Has this every happened with anyone else? She gets plenty of walks and play so I don't think its a physical frustration.


----------



## Twyla (Sep 18, 2011)

This is puppy behavior. Keep chew toys close by, maybe even carry 1 or 2 around the house. Each time she tries to nip you, offer the toy instead. They do grow out of this phase, just keep redirecting her.

Please don't pin the puppy. She isn't challenging you or becoming aggressive, just being a puppy. What the pinning _may_ do is cause problems with her trust in you.


----------



## Cassie44 (May 3, 2012)

Pinning is the wrong word for this. Its just laying her gently on her side so that she can get used to me touching her paws/mouth etc. Its not aggressive pinning like it sounds, just puts her in a position where she has no choice but to relax. I've tried giving her chew toys but it is very much directed at me, so she will go around them to get at me. Its not the typical puppy nipping that she was doing a month ago.


----------



## Blanketback (Apr 27, 2012)

My puppy did the same thing. He's 6 months old now and thankfully he stopped! What I had to do was take him out for a quick walk, nothing else would calm him down. I played ball too, but this revved him up. He just had too much energy to deal with. He was quite the brat, in a lovable, possessed kind of way.


----------



## Cassie44 (May 3, 2012)

Possessed! That is exactly the word I would use. She can be amazingly well behaved most of the time and then a switch will go off and she can't attack something fast enough! I'm trying not to take it as a personal attack but I am the one she spends most of her time with. Do they change quite a bit by 6 months?


----------



## zyppi (Jun 2, 2006)

Try turning from her and ignoring her when she's out of control. Behavior that gets a reaction is sometimes repeated just to get attention.

Give her plenty of exercise and attention for good behaviors.


----------



## msvette2u (Mar 20, 2006)

It doesn't matter what you call it really, pinning or holding the puppy down will just frustrate it.
If you do want to "pin" or hold her down, do it with a leash and your foot. Attach the leash then stick it under your foot, and give her about a foot of leash. 
As SOON as she calms herself, let up. Only do this once a day or so.

For the "hyper" times, it is normal puppy behavior and she probably just wants to play more, if you can, get a tug and work with her, getting her energy out instead of trying to squelch it.


----------



## Lakl (Jul 23, 2011)

Cassie44 said:


> Lakl said:
> 
> 
> > I'm gonna be honest here, and this is based just off what you told us here and in your other post, but this may not be the breed for you, and perhaps rehoming her is the right thing for both of you. It kinda bothers me that at 4 months old, she "frightens you" and is "kinda scary". GSD pups are known for this type of behavior, and it's not something you should be ashamed of, but you just may not be equipped to handle it.
> ...


----------



## Cassie44 (May 3, 2012)

Lakl said:


> Cassie44 said:
> 
> 
> > Don't get me wrong, I think if you found your footing and bond with this pup, it would be a wonderful thing.

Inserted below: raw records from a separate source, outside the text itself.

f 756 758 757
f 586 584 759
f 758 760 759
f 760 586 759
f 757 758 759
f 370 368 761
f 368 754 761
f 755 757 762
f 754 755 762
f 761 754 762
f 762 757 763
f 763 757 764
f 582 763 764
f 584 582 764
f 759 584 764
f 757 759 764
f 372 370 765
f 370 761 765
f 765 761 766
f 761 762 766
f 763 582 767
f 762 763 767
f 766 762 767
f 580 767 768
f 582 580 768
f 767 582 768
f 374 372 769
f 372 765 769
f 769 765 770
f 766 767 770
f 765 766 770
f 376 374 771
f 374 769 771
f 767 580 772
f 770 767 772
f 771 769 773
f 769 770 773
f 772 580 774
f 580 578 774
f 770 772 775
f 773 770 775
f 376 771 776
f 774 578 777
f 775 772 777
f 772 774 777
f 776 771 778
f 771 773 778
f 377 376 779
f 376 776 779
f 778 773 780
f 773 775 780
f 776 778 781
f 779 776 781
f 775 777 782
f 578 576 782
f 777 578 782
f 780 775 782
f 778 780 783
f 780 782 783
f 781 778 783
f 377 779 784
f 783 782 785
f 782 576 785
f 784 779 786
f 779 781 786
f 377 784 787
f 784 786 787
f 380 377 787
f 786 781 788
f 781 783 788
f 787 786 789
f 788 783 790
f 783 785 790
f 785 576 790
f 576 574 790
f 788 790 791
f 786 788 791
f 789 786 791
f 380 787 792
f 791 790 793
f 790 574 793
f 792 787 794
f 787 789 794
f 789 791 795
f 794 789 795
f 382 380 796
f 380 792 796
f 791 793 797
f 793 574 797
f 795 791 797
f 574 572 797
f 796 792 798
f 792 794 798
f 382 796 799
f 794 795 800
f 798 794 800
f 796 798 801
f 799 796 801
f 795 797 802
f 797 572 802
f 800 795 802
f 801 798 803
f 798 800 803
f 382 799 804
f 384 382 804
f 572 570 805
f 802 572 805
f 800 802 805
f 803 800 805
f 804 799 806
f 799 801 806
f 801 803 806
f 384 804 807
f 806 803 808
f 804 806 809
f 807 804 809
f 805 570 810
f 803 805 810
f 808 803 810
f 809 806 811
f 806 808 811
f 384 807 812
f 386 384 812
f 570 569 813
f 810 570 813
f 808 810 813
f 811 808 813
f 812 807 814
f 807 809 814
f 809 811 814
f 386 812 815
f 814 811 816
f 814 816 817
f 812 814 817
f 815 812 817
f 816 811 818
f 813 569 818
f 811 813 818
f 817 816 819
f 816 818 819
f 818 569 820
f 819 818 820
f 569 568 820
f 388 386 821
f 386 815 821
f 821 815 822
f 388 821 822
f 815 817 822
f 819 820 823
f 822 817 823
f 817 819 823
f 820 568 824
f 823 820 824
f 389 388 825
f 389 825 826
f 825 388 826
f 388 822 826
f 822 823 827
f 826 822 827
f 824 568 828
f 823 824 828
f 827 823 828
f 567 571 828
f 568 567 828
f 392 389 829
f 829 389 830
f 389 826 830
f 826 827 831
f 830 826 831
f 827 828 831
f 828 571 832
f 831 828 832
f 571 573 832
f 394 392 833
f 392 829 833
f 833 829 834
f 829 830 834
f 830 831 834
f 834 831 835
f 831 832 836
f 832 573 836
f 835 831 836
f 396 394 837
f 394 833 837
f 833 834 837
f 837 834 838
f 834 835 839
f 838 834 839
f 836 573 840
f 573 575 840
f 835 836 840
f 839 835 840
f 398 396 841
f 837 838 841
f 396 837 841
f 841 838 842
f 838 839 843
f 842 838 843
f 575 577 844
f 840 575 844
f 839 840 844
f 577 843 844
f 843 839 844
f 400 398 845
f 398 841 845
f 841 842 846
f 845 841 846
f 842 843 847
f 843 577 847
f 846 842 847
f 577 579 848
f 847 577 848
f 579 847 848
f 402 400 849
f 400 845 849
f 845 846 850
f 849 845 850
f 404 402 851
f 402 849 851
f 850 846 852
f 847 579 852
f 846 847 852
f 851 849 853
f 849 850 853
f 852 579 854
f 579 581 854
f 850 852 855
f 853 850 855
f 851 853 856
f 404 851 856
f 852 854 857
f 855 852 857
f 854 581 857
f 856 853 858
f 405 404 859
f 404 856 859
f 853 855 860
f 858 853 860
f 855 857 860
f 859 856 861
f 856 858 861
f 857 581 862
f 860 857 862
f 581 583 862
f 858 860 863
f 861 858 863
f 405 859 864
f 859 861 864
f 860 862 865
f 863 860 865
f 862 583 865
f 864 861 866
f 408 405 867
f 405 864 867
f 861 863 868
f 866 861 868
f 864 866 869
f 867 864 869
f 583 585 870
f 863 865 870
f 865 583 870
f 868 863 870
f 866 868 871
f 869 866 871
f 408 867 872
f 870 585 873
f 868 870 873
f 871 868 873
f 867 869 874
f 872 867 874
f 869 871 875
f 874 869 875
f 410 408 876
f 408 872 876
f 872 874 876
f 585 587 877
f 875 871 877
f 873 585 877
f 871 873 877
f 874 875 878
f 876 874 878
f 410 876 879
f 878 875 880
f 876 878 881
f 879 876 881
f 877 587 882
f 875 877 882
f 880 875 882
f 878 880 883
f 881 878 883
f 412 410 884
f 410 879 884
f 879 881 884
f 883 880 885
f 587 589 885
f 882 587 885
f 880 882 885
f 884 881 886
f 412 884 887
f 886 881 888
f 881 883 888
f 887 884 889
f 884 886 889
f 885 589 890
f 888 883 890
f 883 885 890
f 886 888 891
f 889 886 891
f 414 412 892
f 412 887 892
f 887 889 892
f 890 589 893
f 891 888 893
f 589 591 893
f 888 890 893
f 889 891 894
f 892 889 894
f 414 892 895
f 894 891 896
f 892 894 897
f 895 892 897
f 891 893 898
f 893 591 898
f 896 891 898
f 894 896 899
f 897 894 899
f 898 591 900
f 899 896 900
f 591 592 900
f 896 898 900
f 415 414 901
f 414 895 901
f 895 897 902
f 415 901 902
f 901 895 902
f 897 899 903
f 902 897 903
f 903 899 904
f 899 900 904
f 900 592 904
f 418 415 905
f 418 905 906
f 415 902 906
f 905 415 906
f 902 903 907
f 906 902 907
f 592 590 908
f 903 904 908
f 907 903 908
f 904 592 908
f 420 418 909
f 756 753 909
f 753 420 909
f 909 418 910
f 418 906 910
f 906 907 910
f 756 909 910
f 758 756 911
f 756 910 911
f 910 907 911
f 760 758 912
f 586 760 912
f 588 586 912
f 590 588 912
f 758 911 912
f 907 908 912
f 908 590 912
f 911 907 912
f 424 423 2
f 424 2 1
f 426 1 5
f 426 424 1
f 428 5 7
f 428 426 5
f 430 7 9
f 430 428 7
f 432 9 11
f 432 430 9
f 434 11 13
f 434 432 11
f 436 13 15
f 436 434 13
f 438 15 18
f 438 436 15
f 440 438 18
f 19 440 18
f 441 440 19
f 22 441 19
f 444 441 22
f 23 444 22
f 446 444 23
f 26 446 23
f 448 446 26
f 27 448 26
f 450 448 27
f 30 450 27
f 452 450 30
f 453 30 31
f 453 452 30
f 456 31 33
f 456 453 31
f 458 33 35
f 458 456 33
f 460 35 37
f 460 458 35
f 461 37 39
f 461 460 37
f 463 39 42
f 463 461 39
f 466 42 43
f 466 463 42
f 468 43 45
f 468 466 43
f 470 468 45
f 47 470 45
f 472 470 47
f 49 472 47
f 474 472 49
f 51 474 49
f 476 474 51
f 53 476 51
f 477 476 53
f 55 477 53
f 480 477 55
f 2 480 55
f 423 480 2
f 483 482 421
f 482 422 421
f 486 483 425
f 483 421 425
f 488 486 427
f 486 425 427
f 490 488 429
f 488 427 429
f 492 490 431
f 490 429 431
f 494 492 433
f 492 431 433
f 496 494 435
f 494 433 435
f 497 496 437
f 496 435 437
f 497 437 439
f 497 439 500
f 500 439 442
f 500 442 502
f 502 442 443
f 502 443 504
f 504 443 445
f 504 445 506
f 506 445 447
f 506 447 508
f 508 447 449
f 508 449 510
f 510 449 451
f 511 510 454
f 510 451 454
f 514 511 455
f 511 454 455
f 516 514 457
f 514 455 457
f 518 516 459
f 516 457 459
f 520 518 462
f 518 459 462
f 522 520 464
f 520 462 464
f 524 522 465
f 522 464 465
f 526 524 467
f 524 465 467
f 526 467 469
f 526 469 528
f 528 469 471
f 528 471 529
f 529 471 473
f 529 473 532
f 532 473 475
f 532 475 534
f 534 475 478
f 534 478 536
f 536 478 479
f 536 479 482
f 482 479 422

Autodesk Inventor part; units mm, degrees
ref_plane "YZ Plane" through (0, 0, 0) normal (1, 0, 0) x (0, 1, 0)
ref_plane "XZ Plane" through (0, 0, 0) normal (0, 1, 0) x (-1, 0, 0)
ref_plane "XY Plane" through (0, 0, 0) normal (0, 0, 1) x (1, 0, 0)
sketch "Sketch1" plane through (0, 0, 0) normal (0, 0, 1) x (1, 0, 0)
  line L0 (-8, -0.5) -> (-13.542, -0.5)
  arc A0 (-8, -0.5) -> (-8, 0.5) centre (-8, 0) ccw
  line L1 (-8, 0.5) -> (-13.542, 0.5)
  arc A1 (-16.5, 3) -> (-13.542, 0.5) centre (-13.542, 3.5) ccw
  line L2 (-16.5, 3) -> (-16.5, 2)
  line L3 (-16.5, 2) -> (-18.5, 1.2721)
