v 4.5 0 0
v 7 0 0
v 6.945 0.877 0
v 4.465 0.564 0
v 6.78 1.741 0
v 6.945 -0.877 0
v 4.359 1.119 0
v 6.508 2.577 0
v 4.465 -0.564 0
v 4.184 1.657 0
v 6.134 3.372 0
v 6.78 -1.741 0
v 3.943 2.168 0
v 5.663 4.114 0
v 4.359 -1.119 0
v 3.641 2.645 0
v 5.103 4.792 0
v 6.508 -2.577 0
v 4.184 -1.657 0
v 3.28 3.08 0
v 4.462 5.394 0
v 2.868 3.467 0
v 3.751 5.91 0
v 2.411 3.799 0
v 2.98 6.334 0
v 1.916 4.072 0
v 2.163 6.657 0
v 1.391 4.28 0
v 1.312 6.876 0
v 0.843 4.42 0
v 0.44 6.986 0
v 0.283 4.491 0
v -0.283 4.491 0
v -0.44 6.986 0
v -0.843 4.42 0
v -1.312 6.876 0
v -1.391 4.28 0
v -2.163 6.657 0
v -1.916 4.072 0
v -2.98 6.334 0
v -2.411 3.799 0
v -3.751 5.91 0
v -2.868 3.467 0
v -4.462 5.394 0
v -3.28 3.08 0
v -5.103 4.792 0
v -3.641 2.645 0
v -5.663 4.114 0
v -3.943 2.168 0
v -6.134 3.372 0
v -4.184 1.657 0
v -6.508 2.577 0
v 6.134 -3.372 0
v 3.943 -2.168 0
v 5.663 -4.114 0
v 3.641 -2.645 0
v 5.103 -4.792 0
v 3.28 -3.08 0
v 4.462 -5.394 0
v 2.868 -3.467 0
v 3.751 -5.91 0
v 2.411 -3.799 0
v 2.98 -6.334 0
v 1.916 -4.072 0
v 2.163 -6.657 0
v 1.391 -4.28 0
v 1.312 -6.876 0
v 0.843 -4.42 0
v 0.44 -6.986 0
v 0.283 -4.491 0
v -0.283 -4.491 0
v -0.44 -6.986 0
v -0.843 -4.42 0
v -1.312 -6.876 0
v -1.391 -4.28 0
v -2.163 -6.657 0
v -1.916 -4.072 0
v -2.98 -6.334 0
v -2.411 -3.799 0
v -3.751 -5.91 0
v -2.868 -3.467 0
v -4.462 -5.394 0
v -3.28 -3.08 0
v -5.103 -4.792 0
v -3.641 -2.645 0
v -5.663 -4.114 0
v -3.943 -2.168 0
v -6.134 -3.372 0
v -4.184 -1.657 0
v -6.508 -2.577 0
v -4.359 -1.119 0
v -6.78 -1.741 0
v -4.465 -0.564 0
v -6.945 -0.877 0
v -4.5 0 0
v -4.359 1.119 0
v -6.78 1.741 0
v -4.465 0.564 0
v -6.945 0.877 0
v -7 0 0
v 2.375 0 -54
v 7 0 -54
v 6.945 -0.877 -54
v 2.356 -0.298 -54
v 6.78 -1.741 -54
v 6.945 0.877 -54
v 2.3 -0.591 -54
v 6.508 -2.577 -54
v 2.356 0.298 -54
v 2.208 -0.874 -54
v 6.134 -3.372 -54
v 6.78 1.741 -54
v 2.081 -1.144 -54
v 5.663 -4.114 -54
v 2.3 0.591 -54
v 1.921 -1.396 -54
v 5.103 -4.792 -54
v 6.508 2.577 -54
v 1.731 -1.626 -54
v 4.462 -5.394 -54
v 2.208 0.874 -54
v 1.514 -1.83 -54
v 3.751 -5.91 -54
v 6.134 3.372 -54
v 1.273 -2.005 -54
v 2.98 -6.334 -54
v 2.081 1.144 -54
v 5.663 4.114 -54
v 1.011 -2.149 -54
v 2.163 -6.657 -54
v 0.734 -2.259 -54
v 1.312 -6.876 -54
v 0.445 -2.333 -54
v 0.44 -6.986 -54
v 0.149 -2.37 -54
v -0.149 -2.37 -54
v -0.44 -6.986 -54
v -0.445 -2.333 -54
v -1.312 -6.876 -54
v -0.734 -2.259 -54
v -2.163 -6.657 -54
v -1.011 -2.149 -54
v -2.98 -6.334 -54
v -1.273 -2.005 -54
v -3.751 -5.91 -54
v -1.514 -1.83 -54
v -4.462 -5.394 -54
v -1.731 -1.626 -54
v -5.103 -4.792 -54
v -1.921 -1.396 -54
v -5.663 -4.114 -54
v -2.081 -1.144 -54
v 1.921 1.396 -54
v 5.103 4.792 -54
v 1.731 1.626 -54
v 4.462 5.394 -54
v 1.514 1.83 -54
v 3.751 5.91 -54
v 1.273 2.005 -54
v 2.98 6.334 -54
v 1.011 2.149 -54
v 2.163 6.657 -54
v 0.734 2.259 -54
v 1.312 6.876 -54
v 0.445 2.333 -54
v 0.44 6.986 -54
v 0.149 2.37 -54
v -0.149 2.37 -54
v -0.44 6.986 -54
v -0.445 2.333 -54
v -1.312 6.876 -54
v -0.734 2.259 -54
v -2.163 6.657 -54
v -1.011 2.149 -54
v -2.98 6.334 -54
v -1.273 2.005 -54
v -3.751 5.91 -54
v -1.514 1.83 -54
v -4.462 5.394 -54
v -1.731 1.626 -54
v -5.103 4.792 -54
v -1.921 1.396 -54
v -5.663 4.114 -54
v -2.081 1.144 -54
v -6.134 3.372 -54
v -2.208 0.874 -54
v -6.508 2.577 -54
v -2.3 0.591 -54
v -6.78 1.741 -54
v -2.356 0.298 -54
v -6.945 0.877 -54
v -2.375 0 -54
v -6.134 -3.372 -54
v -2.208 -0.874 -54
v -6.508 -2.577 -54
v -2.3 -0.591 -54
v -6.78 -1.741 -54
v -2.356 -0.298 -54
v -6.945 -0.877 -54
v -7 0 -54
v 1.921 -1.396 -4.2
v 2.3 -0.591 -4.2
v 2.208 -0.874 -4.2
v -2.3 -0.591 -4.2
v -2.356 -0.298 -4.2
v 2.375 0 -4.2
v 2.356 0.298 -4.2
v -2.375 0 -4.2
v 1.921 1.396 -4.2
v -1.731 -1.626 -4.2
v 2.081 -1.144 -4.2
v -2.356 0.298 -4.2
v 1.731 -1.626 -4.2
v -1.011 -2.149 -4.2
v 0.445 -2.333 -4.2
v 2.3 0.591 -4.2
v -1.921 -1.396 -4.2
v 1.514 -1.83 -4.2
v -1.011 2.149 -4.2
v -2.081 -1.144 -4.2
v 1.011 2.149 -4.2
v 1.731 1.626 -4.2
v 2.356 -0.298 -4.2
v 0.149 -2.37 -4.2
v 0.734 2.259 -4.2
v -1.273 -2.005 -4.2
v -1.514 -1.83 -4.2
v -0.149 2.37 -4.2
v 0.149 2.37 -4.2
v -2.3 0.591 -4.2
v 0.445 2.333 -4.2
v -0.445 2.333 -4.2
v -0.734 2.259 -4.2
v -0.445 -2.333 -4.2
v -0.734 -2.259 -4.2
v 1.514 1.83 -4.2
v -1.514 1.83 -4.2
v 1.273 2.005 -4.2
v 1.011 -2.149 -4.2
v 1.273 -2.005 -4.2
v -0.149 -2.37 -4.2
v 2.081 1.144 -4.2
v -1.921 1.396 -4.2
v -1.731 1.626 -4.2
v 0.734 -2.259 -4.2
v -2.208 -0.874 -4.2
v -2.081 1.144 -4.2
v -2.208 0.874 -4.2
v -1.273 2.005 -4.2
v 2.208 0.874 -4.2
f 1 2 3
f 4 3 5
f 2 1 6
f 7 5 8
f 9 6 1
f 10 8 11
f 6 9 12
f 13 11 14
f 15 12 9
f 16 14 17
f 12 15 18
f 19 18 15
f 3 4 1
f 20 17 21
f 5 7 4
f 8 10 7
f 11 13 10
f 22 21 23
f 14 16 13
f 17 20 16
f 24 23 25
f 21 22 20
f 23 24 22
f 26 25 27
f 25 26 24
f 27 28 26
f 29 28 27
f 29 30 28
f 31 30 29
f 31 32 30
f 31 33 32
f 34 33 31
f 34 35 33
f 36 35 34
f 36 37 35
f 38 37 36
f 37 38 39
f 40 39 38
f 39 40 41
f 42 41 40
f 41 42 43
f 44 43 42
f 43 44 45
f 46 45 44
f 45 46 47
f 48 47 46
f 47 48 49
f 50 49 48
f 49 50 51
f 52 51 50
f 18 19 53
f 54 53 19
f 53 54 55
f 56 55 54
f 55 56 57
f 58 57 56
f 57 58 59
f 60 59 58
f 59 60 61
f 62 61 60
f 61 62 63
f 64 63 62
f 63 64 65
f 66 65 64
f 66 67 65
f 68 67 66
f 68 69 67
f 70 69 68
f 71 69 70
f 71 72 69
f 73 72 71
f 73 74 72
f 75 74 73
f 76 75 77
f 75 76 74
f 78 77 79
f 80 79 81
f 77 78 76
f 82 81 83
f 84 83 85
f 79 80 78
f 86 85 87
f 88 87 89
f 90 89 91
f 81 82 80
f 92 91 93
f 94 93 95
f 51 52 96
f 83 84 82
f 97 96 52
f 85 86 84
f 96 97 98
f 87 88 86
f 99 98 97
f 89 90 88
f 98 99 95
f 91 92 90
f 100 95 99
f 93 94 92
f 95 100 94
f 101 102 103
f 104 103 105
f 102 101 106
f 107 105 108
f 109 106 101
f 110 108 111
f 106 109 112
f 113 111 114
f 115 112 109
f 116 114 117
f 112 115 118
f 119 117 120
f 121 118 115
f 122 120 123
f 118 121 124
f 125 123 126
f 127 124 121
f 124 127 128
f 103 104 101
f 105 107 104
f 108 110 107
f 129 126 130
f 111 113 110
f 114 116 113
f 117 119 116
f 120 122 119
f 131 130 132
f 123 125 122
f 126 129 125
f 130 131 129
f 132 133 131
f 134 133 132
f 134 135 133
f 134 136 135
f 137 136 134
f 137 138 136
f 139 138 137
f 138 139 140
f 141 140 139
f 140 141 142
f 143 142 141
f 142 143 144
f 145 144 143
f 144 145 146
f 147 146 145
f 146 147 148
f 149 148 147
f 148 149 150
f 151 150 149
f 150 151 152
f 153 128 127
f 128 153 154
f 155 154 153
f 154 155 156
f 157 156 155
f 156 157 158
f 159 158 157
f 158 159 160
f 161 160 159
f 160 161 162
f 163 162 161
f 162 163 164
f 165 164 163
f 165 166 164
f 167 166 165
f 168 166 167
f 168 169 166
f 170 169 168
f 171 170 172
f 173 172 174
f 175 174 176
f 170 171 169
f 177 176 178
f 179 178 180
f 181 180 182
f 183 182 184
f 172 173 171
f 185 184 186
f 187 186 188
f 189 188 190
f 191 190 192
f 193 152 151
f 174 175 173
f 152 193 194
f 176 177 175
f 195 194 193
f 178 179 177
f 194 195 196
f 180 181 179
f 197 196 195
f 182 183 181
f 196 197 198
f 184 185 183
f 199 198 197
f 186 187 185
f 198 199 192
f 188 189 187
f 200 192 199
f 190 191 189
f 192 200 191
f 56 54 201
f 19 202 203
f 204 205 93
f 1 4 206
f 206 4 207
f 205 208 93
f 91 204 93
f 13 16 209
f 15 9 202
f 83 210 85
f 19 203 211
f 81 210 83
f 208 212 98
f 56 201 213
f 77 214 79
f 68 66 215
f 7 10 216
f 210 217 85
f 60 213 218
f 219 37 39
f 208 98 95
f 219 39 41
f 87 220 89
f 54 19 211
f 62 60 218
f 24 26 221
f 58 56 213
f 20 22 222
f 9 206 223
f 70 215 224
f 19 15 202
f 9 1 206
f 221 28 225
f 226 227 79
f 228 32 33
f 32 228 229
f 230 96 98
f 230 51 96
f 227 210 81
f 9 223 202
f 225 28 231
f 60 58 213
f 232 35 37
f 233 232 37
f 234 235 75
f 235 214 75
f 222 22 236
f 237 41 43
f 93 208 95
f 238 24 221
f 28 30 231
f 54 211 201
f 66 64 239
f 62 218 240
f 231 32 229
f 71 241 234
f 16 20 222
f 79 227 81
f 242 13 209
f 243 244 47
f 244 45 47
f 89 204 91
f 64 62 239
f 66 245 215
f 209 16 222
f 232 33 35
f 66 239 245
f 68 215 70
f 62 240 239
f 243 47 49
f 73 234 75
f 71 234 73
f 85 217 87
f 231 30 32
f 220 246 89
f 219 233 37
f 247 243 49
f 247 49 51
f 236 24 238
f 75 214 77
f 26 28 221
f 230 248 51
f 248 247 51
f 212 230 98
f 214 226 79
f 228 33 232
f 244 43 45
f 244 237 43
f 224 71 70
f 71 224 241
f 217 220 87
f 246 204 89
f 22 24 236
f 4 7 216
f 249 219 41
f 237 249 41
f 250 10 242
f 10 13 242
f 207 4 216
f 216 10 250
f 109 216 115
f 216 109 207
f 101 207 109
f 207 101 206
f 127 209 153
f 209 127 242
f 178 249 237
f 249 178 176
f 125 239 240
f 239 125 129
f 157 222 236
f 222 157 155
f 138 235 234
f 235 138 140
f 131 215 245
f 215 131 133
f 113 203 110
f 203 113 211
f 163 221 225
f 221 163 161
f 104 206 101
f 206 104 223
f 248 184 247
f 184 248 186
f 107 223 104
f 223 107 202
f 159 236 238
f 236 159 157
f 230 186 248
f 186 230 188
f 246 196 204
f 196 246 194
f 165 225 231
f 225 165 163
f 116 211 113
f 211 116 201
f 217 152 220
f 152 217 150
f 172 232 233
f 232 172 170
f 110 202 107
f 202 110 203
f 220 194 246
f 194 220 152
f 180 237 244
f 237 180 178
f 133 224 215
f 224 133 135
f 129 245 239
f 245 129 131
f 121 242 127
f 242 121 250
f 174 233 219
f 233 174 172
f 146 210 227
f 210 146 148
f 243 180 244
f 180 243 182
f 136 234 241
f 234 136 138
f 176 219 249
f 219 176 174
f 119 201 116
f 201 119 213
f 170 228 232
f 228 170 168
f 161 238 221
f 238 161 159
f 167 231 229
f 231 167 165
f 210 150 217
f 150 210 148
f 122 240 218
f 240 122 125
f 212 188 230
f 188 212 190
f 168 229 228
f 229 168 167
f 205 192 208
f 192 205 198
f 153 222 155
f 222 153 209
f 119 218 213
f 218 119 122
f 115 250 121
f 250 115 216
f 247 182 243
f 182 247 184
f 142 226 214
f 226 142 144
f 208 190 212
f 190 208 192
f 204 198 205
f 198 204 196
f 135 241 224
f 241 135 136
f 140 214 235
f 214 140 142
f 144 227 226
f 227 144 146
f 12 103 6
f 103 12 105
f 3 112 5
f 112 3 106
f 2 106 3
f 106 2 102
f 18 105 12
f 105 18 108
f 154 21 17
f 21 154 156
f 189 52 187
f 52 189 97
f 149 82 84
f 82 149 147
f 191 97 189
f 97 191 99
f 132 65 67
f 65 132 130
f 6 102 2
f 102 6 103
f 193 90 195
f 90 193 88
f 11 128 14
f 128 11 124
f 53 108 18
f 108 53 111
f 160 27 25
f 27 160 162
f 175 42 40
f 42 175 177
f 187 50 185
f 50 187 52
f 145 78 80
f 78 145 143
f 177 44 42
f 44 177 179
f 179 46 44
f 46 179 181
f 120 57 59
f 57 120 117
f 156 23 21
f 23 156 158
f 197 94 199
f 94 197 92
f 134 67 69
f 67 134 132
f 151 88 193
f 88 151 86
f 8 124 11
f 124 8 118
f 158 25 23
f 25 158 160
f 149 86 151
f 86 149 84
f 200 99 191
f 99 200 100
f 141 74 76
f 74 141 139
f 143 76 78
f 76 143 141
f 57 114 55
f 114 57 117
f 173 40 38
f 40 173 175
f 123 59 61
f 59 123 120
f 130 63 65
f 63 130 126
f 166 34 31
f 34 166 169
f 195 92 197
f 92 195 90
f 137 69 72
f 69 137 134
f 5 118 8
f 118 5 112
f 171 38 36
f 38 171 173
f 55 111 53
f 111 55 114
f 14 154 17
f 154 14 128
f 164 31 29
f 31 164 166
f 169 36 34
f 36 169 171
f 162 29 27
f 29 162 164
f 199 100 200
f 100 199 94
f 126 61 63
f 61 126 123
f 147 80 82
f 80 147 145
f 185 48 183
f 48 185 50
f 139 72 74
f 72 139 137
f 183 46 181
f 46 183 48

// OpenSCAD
$fn = 50;


difference() {
	union() {
		translate(v = [0, 0, -54.0000000000]) {
			cylinder(h = 54, r = 7.0000000000);
		}
		cylinder(h = 0, r = 10.0000000000);
	}
	union() {
		translate(v = [0, 0, 0]) {
			rotate(a = [0, 0, 0]) {
				difference() {
					union() {
						#translate(v = [0, 0, -54.0000000000]) {
							cylinder(h = 54, r = 2.2500000000);
						}
						#translate(v = [0, 0, -4.2000000000]) {
							cylinder(h = 4.2000000000, r1 = 2.3750000000, r2 = 4.5000000000);
						}
						#translate(v = [0, 0, -54.0000000000]) {
							cylinder(h = 54, r = 2.3750000000);
						}
						#translate(v = [0, 0, -54.0000000000]) {
							cylinder(h = 54, r = 2.2500000000);
						}
					}
					union();
				}
			}
		}
	}
}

My comments were related to what you yourself posted earlier in the thread about thinking she'd be better off with a family that had other dogs.
> ...


----------



## Lakl (Jul 23, 2011)

Don't stress yourself out over this! She will grow out of it. As they get older the mouthing gets softer and softer. I never had to use physical corrections. From personal experience, the word "No" is absolutely useless. I always used a sharp "Aaah!". I use it with my dogs and my kids, stops everyone in there tracks, or at least grabs their attention, and then you can re-direct them. You need to discover a high value treat or toy that she absolutely loves and use that to help correct the behavior. You use it to reward her when she listens and she will pick up quickly on what behavior gets her the favorite toy or treat. When she does good, be REALLY enthusiastic about it. At this age, you want her to associate you with rewards and good things, not corrections. This will help build the bond.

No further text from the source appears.